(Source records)
....

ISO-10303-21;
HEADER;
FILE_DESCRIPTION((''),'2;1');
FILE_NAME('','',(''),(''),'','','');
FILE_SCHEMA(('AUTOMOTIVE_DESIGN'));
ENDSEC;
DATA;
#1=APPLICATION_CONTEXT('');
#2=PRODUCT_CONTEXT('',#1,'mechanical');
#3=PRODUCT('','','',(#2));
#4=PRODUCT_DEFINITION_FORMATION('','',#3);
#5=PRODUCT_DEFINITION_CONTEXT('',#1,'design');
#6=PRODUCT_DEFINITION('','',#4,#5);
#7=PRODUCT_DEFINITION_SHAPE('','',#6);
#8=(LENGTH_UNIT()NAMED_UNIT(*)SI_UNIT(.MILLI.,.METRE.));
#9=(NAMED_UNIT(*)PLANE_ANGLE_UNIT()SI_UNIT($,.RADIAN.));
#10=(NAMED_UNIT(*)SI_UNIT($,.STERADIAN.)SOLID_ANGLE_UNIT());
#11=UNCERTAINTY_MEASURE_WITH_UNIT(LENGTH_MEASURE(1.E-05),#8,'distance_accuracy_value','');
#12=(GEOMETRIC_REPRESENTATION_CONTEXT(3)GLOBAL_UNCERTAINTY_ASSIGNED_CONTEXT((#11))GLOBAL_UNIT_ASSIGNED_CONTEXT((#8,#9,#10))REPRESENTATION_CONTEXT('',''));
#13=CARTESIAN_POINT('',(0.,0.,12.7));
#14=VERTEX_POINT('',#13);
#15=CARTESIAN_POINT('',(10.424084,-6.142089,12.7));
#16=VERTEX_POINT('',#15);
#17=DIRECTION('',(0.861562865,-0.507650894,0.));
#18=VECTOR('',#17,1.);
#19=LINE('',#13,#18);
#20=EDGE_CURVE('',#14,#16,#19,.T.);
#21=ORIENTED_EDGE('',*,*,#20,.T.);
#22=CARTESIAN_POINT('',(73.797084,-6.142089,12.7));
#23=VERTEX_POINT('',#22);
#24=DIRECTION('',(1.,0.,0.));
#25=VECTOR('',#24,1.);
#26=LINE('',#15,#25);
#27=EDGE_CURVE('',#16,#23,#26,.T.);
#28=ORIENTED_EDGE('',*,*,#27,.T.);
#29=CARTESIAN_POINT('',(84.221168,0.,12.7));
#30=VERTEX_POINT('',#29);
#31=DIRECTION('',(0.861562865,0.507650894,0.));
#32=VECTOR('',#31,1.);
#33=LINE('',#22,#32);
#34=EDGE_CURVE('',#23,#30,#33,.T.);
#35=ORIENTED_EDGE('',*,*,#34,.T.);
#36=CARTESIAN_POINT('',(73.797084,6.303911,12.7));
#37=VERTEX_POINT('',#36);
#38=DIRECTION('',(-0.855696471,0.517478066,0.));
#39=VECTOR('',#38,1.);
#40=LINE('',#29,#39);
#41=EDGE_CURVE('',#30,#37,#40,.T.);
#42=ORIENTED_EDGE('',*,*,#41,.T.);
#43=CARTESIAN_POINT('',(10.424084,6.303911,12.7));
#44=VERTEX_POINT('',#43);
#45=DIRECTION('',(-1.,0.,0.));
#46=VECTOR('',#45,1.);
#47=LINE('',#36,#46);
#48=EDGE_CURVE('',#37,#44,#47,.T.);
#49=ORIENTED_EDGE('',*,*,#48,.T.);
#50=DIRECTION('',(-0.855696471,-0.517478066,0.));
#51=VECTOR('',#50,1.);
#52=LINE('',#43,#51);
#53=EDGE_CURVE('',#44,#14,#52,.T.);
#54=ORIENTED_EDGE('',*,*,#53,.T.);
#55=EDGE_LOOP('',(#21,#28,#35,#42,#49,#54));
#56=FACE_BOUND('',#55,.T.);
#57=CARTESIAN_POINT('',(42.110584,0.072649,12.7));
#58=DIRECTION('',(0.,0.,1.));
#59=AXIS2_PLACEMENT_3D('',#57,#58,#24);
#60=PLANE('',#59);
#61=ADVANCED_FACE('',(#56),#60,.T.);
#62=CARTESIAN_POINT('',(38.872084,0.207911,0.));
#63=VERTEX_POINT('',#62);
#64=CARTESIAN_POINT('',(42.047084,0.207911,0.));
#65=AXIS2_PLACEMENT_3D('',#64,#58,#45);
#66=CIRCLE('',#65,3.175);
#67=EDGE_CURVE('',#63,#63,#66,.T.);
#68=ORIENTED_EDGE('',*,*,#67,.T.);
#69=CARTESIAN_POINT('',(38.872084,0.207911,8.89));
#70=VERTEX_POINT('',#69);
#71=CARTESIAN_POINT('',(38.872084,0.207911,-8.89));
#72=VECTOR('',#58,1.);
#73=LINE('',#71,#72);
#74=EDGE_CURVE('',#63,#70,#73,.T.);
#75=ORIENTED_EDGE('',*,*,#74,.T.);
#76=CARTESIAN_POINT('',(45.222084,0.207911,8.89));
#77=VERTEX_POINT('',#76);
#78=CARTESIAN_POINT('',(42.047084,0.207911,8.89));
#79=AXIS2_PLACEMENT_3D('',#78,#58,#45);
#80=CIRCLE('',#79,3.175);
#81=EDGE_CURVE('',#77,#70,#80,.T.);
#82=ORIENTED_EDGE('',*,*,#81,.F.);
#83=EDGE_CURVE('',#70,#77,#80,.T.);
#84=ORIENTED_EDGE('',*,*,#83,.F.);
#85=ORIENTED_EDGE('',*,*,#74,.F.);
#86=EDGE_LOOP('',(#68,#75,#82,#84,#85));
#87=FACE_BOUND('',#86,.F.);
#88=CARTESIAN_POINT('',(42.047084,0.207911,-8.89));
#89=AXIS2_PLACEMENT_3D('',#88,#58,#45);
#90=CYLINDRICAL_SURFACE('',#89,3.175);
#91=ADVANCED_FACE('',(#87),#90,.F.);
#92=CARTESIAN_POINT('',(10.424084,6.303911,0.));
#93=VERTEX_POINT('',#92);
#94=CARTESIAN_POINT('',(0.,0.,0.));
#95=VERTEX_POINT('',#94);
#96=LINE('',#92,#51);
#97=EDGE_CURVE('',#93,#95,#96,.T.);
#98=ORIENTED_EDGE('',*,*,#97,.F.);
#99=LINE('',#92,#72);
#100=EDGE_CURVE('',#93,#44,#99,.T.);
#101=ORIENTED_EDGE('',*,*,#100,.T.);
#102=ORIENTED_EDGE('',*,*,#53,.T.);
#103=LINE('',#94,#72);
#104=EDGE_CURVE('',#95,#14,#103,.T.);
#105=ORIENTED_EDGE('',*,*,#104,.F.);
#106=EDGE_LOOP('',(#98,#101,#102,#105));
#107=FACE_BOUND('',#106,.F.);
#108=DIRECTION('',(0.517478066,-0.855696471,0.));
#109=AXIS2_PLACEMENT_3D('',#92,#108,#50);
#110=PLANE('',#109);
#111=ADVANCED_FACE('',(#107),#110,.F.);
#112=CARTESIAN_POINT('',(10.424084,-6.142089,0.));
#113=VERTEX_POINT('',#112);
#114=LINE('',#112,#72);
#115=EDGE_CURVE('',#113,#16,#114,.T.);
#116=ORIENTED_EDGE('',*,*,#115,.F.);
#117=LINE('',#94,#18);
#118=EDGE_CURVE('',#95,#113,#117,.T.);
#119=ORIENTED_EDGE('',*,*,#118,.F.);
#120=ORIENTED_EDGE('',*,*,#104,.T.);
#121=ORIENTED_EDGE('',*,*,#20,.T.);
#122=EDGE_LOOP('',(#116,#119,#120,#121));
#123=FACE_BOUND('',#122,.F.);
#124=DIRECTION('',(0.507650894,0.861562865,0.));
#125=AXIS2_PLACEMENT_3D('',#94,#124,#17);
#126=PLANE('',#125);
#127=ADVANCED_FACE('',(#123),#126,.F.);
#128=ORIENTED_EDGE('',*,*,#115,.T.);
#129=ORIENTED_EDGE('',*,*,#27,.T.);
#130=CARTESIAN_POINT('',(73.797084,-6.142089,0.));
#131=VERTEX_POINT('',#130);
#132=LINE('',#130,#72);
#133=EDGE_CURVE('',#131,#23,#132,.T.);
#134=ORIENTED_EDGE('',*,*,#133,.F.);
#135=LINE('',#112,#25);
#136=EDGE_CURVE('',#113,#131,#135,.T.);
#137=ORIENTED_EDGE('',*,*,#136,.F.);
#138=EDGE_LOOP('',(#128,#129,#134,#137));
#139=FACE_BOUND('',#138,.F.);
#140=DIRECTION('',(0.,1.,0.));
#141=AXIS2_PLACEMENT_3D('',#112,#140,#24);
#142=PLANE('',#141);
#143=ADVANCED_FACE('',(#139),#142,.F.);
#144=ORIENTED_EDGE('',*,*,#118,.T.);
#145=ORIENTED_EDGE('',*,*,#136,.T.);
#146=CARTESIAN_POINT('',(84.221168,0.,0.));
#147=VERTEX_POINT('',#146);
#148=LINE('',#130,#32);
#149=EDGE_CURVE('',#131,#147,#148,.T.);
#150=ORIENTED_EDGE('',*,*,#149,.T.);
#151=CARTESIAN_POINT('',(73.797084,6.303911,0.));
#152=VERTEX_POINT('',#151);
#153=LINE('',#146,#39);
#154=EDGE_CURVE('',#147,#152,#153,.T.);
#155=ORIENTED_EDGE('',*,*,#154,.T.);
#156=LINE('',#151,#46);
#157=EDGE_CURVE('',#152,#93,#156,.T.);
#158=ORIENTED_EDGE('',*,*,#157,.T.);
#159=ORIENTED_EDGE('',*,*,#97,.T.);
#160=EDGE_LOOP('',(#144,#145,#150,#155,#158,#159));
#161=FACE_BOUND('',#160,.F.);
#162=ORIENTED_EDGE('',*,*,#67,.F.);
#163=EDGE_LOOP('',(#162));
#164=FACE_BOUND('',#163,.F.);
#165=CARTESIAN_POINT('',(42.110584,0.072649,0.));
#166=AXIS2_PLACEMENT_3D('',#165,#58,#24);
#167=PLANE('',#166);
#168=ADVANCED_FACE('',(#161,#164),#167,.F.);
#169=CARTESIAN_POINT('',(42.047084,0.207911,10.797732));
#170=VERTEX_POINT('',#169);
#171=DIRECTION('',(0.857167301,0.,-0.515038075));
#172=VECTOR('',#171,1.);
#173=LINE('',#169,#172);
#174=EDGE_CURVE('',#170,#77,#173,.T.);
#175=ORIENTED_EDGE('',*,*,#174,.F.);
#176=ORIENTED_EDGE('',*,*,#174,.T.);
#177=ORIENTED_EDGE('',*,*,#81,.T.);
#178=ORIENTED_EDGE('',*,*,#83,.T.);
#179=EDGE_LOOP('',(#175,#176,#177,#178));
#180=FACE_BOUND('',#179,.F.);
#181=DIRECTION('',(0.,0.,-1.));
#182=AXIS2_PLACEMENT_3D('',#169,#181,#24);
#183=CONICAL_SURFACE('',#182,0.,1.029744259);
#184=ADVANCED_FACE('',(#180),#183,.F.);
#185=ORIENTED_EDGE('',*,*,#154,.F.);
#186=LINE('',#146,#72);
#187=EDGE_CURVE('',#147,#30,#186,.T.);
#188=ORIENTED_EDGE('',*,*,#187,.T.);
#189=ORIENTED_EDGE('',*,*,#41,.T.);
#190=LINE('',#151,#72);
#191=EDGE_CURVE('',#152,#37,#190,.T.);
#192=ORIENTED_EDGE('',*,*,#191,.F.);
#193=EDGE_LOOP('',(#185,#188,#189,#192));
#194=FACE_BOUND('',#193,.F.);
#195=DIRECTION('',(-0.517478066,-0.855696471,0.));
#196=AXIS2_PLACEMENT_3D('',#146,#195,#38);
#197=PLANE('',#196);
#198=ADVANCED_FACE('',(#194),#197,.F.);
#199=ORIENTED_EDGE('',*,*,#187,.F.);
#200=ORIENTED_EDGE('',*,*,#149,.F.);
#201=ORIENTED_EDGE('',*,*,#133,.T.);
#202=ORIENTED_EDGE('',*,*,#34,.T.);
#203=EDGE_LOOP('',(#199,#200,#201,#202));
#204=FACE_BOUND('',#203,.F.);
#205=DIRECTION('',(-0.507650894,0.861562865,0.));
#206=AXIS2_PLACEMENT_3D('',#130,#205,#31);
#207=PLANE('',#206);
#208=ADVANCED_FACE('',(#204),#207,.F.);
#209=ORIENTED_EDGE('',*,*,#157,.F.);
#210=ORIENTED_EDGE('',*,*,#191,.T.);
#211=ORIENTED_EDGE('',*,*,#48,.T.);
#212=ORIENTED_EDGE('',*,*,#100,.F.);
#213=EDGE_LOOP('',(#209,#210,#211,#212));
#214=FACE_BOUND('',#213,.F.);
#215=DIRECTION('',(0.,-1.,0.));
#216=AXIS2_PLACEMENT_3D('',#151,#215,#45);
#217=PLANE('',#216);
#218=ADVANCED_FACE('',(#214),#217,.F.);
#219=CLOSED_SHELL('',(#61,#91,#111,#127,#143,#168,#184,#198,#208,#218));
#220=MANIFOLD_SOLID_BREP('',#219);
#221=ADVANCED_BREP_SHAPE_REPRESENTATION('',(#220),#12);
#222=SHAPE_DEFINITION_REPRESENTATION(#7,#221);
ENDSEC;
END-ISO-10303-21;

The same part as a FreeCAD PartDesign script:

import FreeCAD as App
import Part
import Sketcher
Q = App.Units.Quantity

doc = App.newDocument("Part")
body = doc.addObject("PartDesign::Body", "Body")

# Sketch on XY plane
sketch1 = doc.addObject("Sketcher::SketchObject", "Sketch")
body.addObject(sketch1)
sketch1.AttachmentSupport = (doc.XY_Plane, [""])
sketch1.MapMode = "FlatFace"
sketch1.addGeometry(Part.LineSegment(App.Vector(10.424084, 6.303911, 0), App.Vector(0, 0, 0)), False)
sketch1.addGeometry(Part.LineSegment(App.Vector(0, 0, 0), App.Vector(10.424084, -6.142089, 0)), False)
sketch1.addGeometry(Part.LineSegment(App.Vector(10.424084, -6.142089, 0), App.Vector(73.797084, -6.142089, 0)), False)
sketch1.addGeometry(Part.LineSegment(App.Vector(73.797084, -6.142089, 0), App.Vector(84.221168, 0, 0)), False)
sketch1.addGeometry(Part.LineSegment(App.Vector(84.221168, 0, 0), App.Vector(73.797084, 6.303911, 0)), False)
sketch1.addGeometry(Part.LineSegment(App.Vector(73.797084, 6.303911, 0), App.Vector(10.424084, 6.303911, 0)), False)
sketch1.addConstraint(Sketcher.Constraint("Coincident", 0, 2, 1, 1))
sketch1.addConstraint(Sketcher.Constraint("Coincident", 1, 2, 2, 1))
sketch1.addConstraint(Sketcher.Constraint("Coincident", 2, 2, 3, 1))
sketch1.addConstraint(Sketcher.Constraint("Coincident", 3, 2, 4, 1))
sketch1.addConstraint(Sketcher.Constraint("Coincident", 4, 2, 5, 1))
sketch1.addConstraint(Sketcher.Constraint("Coincident", 5, 2, 0, 1))
sketch1.addConstraint(Sketcher.Constraint("Horizontal", 2))
sketch1.addConstraint(Sketcher.Constraint("Horizontal", 5))
sketch1.addConstraint(Sketcher.Constraint("Coincident", 0, 2, -1, 1))
sketch1.addConstraint(Sketcher.Constraint("PointOnObject", 3, 2, -1))
sketch1.addConstraint(Sketcher.Constraint("Vertical", 2, 2, 4, 2))
sketch1.addConstraint(Sketcher.Constraint("Vertical", 1, 2, 5, 2))
sketch1.addConstraint(Sketcher.Constraint("Equal", 1, 3))
sketch1.addConstraint(Sketcher.Constraint("DistanceX", 2, 1, 2, 2, Q("2.495 in")))
sketch1.addConstraint(Sketcher.Constraint("DistanceY", 2, 2, 4, 2, Q("0.49 in")))
sketch1.addConstraint(Sketcher.Constraint("Distance", 1, 12.09904))
sketch1.addConstraint(Sketcher.Constraint("DistanceY", 1, 2, -1, 1, 6.142089))
pad1 = doc.addObject("PartDesign::Pad", "Pad")
body.addObject(pad1)
pad1.Profile = sketch1
pad1.Length = Q("0.5 in")

# Sketch on XY plane
sketch2 = doc.addObject("Sketcher::SketchObject", "Sketch001")
body.addObject(sketch2)
sketch2.AttachmentSupport = (doc.XY_Plane, [""])
sketch2.MapMode = "FlatFace"
sketch2.addGeometry(Part.Circle(App.Vector(42.047084, 0.207911, 0), App.Vector(0, 0, 1), 3.175), False)
sketch2.addConstraint(Sketcher.Constraint("Diameter", 0, Q("0.25 in")))
sketch2.addConstraint(Sketcher.Constraint("DistanceY", -1, 1, 0, 3, 0.207911))
sketch2.addConstraint(Sketcher.Constraint("DistanceX", -1, 1, 0, 3, 42.047084))
doc.recompute()
hole = doc.addObject("PartDesign::Hole", "Hole")
body.addObject(hole)
hole.Profile = sketch2
hole.ThreadType = "None"
hole.Diameter = Q("0.25 in")
hole.DepthType = "Dimension"
hole.Depth = Q("0.35 in")
hole.DrillPoint = "Angled"
hole.DrillPointAngle = 118
hole.Reversed = True

doc.recompute()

....

WHAT THIS TASK INVOLVES => Look above for the line with "#66=CIRCLE('',#65,3.175);" and the line with "#127=ADVANCED_FACE('',(#123),#126,.F.);"; transcribe both and all lines in between, exactly, and nothing else.

TASK RESPONSE =>
#66=CIRCLE('',#65,3.175);
#67=EDGE_CURVE('',#63,#63,#66,.T.);
#68=ORIENTED_EDGE('',*,*,#67,.T.);
#69=CARTESIAN_POINT('',(38.872084,0.207911,8.89));
#70=VERTEX_POINT('',#69);
#71=CARTESIAN_POINT('',(38.872084,0.207911,-8.89));
#72=VECTOR('',#58,1.);
#73=LINE('',#71,#72);
#74=EDGE_CURVE('',#63,#70,#73,.T.);
#75=ORIENTED_EDGE('',*,*,#74,.T.);
#76=CARTESIAN_POINT('',(45.222084,0.207911,8.89));
#77=VERTEX_POINT('',#76);
#78=CARTESIAN_POINT('',(42.047084,0.207911,8.89));
#79=AXIS2_PLACEMENT_3D('',#78,#58,#45);
#80=CIRCLE('',#79,3.175);
#81=EDGE_CURVE('',#77,#70,#80,.T.);
#82=ORIENTED_EDGE('',*,*,#81,.F.);
#83=EDGE_CURVE('',#70,#77,#80,.T.);
#84=ORIENTED_EDGE('',*,*,#83,.F.);
#85=ORIENTED_EDGE('',*,*,#74,.F.);
#86=EDGE_LOOP('',(#68,#75,#82,#84,#85));
#87=FACE_BOUND('',#86,.F.);
#88=CARTESIAN_POINT('',(42.047084,0.207911,-8.89));
#89=AXIS2_PLACEMENT_3D('',#88,#58,#45);
#90=CYLINDRICAL_SURFACE('',#89,3.175);
#91=ADVANCED_FACE('',(#87),#90,.F.);
#92=CARTESIAN_POINT('',(10.424084,6.303911,0.));
#93=VERTEX_POINT('',#92);
#94=CARTESIAN_POINT('',(0.,0.,0.));
#95=VERTEX_POINT('',#94);
#96=LINE('',#92,#51);
#97=EDGE_CURVE('',#93,#95,#96,.T.);
#98=ORIENTED_EDGE('',*,*,#97,.F.);
#99=LINE('',#92,#72);
#100=EDGE_CURVE('',#93,#44,#99,.T.);
#101=ORIENTED_EDGE('',*,*,#100,.T.);
#102=ORIENTED_EDGE('',*,*,#53,.T.);
#103=LINE('',#94,#72);
#104=EDGE_CURVE('',#95,#14,#103,.T.);
#105=ORIENTED_EDGE('',*,*,#104,.F.);
#106=EDGE_LOOP('',(#98,#101,#102,#105));
#107=FACE_BOUND('',#106,.F.);
#108=DIRECTION('',(0.517478066,-0.855696471,0.));
#109=AXIS2_PLACEMENT_3D('',#92,#108,#50);
#110=PLANE('',#109);
#111=ADVANCED_FACE('',(#107),#110,.F.);
#112=CARTESIAN_POINT('',(10.424084,-6.142089,0.));
#113=VERTEX_POINT('',#112);
#114=LINE('',#112,#72);
#115=EDGE_CURVE('',#113,#16,#114,.T.);
#116=ORIENTED_EDGE('',*,*,#115,.F.);
#117=LINE('',#94,#18);
#118=EDGE_CURVE('',#95,#113,#117,.T.);
#119=ORIENTED_EDGE('',*,*,#118,.F.);
#120=ORIENTED_EDGE('',*,*,#104,.T.);
#121=ORIENTED_EDGE('',*,*,#20,.T.);
#122=EDGE_LOOP('',(#116,#119,#120,#121));
#123=FACE_BOUND('',#122,.F.);
#124=DIRECTION('',(0.507650894,0.861562865,0.));
#125=AXIS2_PLACEMENT_3D('',#94,#124,#17);
#126=PLANE('',#125);
#127=ADVANCED_FACE('',(#123),#126,.F.);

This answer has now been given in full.